:: Source material ::

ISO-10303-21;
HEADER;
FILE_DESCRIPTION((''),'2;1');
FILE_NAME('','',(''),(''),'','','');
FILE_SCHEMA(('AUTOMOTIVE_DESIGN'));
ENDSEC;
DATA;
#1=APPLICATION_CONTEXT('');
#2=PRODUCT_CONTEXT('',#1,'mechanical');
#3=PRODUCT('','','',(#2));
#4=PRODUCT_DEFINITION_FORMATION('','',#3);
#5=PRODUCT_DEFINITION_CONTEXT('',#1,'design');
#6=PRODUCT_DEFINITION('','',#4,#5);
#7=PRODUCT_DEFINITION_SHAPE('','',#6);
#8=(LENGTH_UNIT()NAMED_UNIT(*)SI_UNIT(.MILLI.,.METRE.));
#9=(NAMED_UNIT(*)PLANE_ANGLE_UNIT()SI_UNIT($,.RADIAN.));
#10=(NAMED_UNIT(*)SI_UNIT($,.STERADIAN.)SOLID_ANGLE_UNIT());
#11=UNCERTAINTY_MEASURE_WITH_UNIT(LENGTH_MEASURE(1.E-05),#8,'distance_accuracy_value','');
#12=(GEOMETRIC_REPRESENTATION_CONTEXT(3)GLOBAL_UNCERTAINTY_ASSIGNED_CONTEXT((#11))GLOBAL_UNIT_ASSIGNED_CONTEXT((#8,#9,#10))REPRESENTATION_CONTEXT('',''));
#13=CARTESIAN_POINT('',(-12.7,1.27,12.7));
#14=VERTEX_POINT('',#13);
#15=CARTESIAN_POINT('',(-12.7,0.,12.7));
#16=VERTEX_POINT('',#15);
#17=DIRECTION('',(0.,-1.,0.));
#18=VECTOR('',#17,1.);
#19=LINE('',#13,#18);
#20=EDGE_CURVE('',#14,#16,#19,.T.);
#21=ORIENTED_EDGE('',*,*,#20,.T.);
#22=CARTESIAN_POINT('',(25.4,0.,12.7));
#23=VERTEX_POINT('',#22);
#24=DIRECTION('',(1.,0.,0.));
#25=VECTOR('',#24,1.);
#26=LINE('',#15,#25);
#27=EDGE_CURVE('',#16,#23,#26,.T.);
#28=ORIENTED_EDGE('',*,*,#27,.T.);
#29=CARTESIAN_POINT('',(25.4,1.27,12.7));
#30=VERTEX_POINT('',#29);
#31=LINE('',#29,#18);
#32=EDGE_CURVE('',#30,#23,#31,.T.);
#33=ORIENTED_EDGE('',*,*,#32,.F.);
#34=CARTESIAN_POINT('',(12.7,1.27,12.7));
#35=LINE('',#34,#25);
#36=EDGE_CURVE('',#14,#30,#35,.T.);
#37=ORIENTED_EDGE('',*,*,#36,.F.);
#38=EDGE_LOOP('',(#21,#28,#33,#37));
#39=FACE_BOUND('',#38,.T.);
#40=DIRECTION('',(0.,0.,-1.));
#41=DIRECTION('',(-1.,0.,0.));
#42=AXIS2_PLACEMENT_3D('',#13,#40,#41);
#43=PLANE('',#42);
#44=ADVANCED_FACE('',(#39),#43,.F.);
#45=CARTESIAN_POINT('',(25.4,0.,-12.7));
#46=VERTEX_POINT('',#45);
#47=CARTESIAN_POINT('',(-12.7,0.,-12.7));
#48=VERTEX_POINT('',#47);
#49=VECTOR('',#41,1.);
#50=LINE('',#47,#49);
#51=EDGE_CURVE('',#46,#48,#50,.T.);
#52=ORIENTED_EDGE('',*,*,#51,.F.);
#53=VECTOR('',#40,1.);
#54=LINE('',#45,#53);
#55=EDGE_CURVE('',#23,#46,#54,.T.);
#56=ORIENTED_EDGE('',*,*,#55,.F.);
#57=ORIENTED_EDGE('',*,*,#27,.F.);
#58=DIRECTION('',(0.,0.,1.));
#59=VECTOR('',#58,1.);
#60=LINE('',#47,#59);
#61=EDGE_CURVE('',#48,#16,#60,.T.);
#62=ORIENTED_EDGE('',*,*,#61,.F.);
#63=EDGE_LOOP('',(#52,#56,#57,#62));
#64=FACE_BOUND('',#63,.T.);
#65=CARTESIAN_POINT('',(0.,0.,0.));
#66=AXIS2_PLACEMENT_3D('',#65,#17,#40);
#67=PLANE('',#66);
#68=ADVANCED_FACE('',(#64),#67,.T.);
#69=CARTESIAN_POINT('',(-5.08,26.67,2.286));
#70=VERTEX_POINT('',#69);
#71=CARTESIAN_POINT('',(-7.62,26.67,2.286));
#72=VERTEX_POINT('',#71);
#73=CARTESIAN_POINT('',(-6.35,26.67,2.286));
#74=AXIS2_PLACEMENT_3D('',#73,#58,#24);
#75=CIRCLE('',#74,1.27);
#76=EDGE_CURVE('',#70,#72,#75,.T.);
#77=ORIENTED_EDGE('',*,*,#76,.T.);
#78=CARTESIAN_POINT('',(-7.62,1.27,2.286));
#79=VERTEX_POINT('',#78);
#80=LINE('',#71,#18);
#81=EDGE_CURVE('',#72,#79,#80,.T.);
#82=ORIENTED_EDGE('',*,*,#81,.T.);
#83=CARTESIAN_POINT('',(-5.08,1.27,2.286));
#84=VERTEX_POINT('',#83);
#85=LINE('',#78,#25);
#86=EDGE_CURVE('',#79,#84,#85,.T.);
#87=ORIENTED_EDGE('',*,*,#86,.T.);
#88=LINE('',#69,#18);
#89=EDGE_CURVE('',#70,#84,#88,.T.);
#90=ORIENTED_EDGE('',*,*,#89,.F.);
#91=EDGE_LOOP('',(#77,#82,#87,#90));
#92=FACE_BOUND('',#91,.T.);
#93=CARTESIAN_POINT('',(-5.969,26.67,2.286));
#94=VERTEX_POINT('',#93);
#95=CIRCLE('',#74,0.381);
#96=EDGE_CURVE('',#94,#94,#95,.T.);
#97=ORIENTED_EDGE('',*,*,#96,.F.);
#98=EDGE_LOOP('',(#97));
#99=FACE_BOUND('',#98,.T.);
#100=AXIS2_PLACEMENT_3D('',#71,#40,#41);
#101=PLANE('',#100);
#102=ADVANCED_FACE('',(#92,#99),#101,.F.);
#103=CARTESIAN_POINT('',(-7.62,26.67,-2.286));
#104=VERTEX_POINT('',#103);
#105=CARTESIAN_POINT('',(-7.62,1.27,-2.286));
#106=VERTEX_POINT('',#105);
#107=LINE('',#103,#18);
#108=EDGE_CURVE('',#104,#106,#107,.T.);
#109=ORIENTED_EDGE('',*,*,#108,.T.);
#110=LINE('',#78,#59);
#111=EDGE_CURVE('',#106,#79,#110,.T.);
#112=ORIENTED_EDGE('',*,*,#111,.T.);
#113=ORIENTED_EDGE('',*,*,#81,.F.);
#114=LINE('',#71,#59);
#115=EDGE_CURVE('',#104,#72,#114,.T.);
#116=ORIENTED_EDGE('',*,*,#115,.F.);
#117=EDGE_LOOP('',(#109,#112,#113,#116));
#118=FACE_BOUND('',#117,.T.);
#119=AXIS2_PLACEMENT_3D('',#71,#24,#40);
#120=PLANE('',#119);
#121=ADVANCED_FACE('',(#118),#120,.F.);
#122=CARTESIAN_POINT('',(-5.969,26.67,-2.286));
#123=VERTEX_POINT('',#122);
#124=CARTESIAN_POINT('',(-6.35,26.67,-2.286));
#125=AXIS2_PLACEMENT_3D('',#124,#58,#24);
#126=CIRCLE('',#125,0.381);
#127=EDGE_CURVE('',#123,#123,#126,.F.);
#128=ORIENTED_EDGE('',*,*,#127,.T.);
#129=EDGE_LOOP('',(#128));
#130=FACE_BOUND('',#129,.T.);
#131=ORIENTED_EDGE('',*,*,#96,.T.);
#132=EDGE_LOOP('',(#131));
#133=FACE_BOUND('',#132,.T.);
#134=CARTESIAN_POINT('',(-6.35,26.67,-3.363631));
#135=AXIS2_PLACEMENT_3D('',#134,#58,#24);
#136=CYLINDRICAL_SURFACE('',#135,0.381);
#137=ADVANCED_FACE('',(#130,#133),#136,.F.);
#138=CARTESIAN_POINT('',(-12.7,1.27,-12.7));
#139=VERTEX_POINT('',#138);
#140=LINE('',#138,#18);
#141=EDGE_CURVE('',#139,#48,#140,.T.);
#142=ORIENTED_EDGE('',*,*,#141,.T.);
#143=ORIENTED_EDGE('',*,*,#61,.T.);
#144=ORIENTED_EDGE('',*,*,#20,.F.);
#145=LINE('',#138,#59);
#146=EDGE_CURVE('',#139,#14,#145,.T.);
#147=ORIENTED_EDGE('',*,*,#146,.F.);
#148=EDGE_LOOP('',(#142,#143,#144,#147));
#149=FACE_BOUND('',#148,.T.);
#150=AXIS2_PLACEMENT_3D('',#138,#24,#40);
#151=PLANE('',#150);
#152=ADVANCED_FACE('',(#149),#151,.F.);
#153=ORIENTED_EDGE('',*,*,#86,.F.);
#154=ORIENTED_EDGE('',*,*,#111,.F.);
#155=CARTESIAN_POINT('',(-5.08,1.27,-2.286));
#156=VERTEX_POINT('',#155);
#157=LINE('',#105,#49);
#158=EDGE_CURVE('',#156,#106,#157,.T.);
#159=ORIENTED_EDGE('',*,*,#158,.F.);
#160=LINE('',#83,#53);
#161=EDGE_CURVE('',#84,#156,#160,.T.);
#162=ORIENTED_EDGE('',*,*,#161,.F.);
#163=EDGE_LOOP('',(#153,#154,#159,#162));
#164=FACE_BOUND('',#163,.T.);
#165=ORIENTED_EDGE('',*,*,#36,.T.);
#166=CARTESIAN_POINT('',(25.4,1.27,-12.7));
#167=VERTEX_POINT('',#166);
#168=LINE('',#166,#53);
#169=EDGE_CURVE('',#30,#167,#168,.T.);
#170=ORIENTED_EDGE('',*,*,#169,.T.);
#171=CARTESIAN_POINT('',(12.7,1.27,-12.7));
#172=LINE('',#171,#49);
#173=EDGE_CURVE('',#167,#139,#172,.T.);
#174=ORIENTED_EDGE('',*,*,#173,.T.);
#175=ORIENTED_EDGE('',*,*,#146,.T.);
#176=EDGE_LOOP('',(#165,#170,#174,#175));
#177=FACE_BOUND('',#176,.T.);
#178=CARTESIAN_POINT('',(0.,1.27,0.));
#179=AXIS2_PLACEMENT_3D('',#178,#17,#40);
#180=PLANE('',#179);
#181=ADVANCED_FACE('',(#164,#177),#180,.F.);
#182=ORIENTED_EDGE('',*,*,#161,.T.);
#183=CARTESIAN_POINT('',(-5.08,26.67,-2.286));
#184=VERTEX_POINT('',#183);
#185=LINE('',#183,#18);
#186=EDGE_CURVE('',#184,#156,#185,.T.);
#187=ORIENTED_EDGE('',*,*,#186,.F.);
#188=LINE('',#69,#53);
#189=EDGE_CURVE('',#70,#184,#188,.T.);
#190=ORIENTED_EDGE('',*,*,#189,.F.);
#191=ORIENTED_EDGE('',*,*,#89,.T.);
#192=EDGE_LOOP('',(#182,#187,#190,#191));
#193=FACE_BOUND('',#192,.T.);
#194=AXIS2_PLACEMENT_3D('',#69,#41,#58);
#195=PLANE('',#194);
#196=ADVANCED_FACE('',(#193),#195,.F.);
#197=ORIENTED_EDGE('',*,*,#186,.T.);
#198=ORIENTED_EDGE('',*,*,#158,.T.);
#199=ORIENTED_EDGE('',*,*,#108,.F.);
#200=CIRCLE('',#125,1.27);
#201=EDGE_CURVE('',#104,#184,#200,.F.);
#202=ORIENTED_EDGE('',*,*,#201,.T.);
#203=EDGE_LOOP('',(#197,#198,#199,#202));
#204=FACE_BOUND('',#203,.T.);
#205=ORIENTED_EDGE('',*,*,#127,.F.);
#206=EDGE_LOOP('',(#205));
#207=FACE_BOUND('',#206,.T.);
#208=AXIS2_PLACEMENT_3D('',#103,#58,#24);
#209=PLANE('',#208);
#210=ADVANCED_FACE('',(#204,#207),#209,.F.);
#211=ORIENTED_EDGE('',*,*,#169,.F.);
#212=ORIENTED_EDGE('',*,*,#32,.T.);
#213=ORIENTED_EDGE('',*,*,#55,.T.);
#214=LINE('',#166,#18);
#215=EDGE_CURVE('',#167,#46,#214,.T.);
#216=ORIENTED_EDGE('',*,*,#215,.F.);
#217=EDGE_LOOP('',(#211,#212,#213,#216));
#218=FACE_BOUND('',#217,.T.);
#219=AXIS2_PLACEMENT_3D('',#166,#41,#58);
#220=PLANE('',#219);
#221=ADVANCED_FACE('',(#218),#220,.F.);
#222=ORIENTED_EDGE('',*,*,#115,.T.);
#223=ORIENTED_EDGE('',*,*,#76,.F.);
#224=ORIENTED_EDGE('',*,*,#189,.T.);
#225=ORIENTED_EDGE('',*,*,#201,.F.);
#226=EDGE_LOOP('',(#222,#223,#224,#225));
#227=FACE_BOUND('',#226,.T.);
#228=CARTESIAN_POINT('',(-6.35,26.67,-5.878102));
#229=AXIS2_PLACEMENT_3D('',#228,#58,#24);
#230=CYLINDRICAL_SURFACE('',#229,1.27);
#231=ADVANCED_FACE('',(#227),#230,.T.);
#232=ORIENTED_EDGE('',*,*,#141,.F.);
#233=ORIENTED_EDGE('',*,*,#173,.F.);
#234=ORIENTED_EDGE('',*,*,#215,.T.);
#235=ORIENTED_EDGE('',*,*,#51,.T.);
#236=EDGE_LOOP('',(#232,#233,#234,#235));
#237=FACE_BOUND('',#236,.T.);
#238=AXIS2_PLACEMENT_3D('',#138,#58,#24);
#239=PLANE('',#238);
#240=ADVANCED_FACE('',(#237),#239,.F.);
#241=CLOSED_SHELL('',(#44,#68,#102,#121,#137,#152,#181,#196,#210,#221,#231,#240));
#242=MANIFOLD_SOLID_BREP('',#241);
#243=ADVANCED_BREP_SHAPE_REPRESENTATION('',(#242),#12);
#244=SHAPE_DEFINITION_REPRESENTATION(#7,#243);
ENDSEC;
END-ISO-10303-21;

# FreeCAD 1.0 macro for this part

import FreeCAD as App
import Part
import Sketcher
Q = App.Units.Quantity


def add_polygon(sketch, points):
    """Adds a closed chain of lines whose ends are joined by coincident constraints."""
    first, n = sketch.GeometryCount, len(points)
    for a, b in zip(points, points[1:] + points[:1]):
        sketch.addGeometry(Part.LineSegment(App.Vector(*a, 0), App.Vector(*b, 0)), False)
    for i in range(n):
        sketch.addConstraint(Sketcher.Constraint("Coincident", first + i, 2, first + (i + 1) % n, 1))

doc = App.newDocument("Part")
body = doc.addObject("PartDesign::Body", "Body")

# Sketch on XZ plane
sketch1 = body.newObject("Sketcher::SketchObject", "Sketch")
sketch1.AttachmentSupport = (doc.getObject("XZ_Plane"), [""])
sketch1.MapMode = "FlatFace"
add_polygon(sketch1, [(25, -13), (-13, -13), (-13, 13), (25, 13)])  # lines 0-3
sketch1.addConstraint([
    Sketcher.Constraint("Horizontal", 0),
    Sketcher.Constraint("Vertical", 1),
    Sketcher.Constraint("Horizontal", 2),
    Sketcher.Constraint("Vertical", 3),
    Sketcher.Constraint("DistanceY", 1, 1, 1, 2, Q("1 in")),
    Sketcher.Constraint("DistanceX", 0, 2, 0, 1, Q("1.5 in")),
    Sketcher.Constraint("DistanceX", -1, 1, 2, 2, Q("1 in")),
    Sketcher.Constraint("DistanceY", 0, 2, -1, 1, Q("0.5 in")),
])
pad1 = body.newObject("PartDesign::Pad", "Pad")
pad1.Profile = sketch1
pad1.Length = Q("0.05 in")
pad1.Reversed = True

:::

● What to do
Among the records above, extract exactly the lines from the line with "#221=ADVANCED_FACE('',(#218),#220,.F.);" to the line with "#234=ORIENTED_EDGE('',*,*,#215,.T.);", both lines included, and leave out the rest.

● Solution for this task
#221=ADVANCED_FACE('',(#218),#220,.F.);
#222=ORIENTED_EDGE('',*,*,#115,.T.);
#223=ORIENTED_EDGE('',*,*,#76,.F.);
#224=ORIENTED_EDGE('',*,*,#189,.T.);
#225=ORIENTED_EDGE('',*,*,#201,.F.);
#226=EDGE_LOOP('',(#222,#223,#224,#225));
#227=FACE_BOUND('',#226,.T.);
#228=CARTESIAN_POINT('',(-6.35,26.67,-5.878102));
#229=AXIS2_PLACEMENT_3D('',#228,#58,#24);
#230=CYLINDRICAL_SURFACE('',#229,1.27);
#231=ADVANCED_FACE('',(#227),#230,.T.);
#232=ORIENTED_EDGE('',*,*,#141,.F.);
#233=ORIENTED_EDGE('',*,*,#173,.F.);
#234=ORIENTED_EDGE('',*,*,#215,.T.);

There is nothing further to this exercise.